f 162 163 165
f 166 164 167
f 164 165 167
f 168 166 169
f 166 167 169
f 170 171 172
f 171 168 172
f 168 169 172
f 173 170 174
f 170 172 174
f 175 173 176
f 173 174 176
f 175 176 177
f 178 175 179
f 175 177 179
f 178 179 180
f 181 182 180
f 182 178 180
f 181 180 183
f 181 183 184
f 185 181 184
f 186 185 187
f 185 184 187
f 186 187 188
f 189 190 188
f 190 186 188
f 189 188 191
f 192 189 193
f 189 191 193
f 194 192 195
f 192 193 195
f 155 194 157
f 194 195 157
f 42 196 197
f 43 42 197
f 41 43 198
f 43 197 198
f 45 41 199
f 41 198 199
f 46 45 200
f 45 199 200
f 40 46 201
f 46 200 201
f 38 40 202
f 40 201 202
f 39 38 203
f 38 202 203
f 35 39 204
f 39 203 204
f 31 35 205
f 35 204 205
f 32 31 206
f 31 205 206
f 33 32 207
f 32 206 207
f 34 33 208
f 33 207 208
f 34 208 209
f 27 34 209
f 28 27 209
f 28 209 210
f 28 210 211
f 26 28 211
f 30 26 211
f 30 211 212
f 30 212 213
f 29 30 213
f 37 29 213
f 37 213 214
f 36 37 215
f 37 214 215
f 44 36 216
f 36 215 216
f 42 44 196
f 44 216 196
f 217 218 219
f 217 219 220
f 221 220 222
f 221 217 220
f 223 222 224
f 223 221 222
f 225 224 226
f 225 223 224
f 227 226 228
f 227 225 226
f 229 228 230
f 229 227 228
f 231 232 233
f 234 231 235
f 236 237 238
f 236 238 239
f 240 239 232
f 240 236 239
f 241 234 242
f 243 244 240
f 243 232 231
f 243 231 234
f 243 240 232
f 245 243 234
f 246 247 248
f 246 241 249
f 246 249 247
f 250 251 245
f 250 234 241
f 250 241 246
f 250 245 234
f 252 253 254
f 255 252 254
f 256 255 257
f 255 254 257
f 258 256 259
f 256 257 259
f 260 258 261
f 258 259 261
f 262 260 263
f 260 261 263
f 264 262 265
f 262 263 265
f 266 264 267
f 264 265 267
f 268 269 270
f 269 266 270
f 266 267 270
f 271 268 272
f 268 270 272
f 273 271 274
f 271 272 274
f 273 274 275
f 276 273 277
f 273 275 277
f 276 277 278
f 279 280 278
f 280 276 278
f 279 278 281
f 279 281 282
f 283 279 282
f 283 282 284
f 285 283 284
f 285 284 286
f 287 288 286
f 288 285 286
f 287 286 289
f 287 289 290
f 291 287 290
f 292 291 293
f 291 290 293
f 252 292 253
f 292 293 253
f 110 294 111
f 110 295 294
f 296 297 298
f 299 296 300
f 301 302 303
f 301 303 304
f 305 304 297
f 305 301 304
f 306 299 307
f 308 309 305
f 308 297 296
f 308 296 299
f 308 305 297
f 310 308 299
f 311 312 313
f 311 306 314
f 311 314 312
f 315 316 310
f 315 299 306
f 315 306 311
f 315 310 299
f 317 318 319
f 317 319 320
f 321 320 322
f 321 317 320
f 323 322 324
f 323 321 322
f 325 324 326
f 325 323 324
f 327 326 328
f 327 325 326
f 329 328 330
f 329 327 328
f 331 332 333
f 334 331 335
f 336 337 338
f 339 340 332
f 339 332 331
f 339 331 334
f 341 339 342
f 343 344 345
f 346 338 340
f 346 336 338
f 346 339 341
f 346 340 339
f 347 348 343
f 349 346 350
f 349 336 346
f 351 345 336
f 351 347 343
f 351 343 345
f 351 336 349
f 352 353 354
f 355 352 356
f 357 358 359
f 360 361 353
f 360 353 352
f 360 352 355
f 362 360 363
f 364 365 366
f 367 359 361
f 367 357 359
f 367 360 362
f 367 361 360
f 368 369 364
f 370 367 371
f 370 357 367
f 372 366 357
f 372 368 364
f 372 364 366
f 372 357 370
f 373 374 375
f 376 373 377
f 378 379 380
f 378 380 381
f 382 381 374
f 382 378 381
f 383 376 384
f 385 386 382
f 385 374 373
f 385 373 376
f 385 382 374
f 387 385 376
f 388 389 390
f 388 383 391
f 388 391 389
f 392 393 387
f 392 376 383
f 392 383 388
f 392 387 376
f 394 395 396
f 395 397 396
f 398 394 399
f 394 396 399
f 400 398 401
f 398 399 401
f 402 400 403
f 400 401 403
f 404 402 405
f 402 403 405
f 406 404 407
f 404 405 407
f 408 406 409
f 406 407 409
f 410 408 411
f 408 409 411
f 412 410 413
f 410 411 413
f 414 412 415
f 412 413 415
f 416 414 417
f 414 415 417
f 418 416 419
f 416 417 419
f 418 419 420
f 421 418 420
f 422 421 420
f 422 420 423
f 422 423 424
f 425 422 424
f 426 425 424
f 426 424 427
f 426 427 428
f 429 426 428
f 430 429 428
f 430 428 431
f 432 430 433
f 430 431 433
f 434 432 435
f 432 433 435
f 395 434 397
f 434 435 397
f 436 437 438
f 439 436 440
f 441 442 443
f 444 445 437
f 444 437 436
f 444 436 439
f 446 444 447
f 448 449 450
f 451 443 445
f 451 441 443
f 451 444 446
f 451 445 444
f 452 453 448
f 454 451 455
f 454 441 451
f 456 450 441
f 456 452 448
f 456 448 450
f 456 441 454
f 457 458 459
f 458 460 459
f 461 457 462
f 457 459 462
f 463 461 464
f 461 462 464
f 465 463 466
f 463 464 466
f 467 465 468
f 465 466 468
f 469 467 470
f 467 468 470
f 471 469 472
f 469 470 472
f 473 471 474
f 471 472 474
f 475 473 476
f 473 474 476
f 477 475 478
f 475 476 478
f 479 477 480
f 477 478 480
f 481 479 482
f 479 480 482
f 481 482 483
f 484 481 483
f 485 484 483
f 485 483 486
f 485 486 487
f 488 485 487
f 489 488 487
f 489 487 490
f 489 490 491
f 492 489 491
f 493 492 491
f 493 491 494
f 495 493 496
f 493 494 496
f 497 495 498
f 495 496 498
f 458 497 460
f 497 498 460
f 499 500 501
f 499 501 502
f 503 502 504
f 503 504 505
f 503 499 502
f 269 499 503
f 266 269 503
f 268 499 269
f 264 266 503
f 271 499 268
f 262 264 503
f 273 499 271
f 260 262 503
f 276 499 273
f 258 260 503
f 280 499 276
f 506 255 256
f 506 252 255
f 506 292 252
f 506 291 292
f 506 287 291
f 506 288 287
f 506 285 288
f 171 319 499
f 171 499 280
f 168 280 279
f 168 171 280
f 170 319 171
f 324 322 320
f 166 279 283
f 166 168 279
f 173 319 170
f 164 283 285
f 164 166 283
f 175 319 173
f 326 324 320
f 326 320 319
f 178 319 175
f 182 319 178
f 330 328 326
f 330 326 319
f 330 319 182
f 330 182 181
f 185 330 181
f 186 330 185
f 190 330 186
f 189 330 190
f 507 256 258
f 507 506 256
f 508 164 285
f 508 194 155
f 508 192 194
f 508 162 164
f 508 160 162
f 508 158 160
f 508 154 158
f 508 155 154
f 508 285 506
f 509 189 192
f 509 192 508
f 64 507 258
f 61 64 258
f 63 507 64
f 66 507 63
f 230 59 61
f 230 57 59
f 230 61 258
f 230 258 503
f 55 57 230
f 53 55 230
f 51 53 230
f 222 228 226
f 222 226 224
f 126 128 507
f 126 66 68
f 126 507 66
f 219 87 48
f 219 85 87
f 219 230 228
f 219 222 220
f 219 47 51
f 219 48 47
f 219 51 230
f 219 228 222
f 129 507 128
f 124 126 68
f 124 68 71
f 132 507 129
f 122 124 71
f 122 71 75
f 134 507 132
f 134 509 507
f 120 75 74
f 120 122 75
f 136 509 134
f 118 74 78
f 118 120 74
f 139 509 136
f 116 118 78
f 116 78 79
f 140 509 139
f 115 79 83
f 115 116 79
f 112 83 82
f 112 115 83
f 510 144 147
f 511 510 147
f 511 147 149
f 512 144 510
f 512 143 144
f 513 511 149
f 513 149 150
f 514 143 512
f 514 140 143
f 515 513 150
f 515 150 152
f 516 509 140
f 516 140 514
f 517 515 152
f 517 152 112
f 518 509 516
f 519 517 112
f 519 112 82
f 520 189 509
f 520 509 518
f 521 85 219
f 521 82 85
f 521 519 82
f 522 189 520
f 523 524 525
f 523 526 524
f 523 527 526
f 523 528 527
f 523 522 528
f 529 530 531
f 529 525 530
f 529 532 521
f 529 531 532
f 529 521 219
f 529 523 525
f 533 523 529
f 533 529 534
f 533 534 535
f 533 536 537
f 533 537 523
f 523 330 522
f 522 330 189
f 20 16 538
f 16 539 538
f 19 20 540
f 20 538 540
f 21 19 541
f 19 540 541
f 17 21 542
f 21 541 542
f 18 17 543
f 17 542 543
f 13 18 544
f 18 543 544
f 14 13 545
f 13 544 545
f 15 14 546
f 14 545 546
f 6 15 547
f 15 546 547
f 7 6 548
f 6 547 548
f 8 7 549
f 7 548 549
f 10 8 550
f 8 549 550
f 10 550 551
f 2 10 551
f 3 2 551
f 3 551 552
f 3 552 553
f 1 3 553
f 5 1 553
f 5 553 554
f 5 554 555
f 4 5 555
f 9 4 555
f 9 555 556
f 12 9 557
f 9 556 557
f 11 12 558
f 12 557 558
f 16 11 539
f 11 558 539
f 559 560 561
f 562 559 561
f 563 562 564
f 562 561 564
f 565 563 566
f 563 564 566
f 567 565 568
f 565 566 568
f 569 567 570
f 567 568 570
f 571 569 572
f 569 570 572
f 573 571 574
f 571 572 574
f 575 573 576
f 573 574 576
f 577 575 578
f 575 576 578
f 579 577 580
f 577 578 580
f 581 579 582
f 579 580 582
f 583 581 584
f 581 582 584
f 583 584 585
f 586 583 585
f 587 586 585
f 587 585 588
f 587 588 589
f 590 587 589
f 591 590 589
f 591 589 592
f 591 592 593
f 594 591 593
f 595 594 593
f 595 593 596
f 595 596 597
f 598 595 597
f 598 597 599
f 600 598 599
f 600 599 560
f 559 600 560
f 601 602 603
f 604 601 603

--*--

**WHAT YOU SHOULD DO:**
Look back at the entries above and repeat, unchanged, every line from the line holding "f 406 404 407" through the line holding "f 330 326 319".

**PROBLEM SOLUTION:**
f 406 404 407
f 404 405 407
f 408 406 409
f 406 407 409
f 410 408 411
f 408 409 411
f 412 410 413
f 410 411 413
f 414 412 415
f 412 413 415
f 416 414 417
f 414 415 417
f 418 416 419
f 416 417 419
f 418 419 420
f 421 418 420
f 422 421 420
f 422 420 423
f 422 423 424
f 425 422 424
f 426 425 424
f 426 424 427
f 426 427 428
f 429 426 428
f 430 429 428
f 430 428 431
f 432 430 433
f 430 431 433
f 434 432 435
f 432 433 435
f 395 434 397
f 434 435 397
f 436 437 438
f 439 436 440
f 441 442 443
f 444 445 437
f 444 437 436
f 444 436 439
f 446 444 447
f 448 449 450
f 451 443 445
f 451 441 443
f 451 444 446
f 451 445 444
f 452 453 448
f 454 451 455
f 454 441 451
f 456 450 441
f 456 452 448
f 456 448 450
f 456 441 454
f 457 458 459
f 458 460 459
f 461 457 462
f 457 459 462
f 463 461 464
f 461 462 464
f 465 463 466
f 463 464 466
f 467 465 468
f 465 466 468
f 469 467 470
f 467 468 470
f 471 469 472
f 469 470 472
f 473 471 474
f 471 472 474
f 475 473 476
f 473 474 476
f 477 475 478
f 475 476 478
f 479 477 480
f 477 478 480
f 481 479 482
f 479 480 482
f 481 482 483
f 484 481 483
f 485 484 483
f 485 483 486
f 485 486 487
f 488 485 487
f 489 488 487
f 489 487 490
f 489 490 491
f 492 489 491
f 493 492 491
f 493 491 494
f 495 493 496
f 493 494 496
f 497 495 498
f 495 496 498
f 458 497 460
f 497 498 460
f 499 500 501
f 499 501 502
f 503 502 504
f 503 504 505
f 503 499 502
f 269 499 503
f 266 269 503
f 268 499 269
f 264 266 503
f 271 499 268
f 262 264 503
f 273 499 271
f 260 262 503
f 276 499 273
f 258 260 503
f 280 499 276
f 506 255 256
f 506 252 255
f 506 292 252
f 506 291 292
f 506 287 291
f 506 288 287
f 506 285 288
f 171 319 499
f 171 499 280
f 168 280 279
f 168 171 280
f 170 319 171
f 324 322 320
f 166 279 283
f 166 168 279
f 173 319 170
f 164 283 285
f 164 166 283
f 175 319 173
f 326 324 320
f 326 320 319
f 178 319 175
f 182 319 178
f 330 328 326
f 330 326 319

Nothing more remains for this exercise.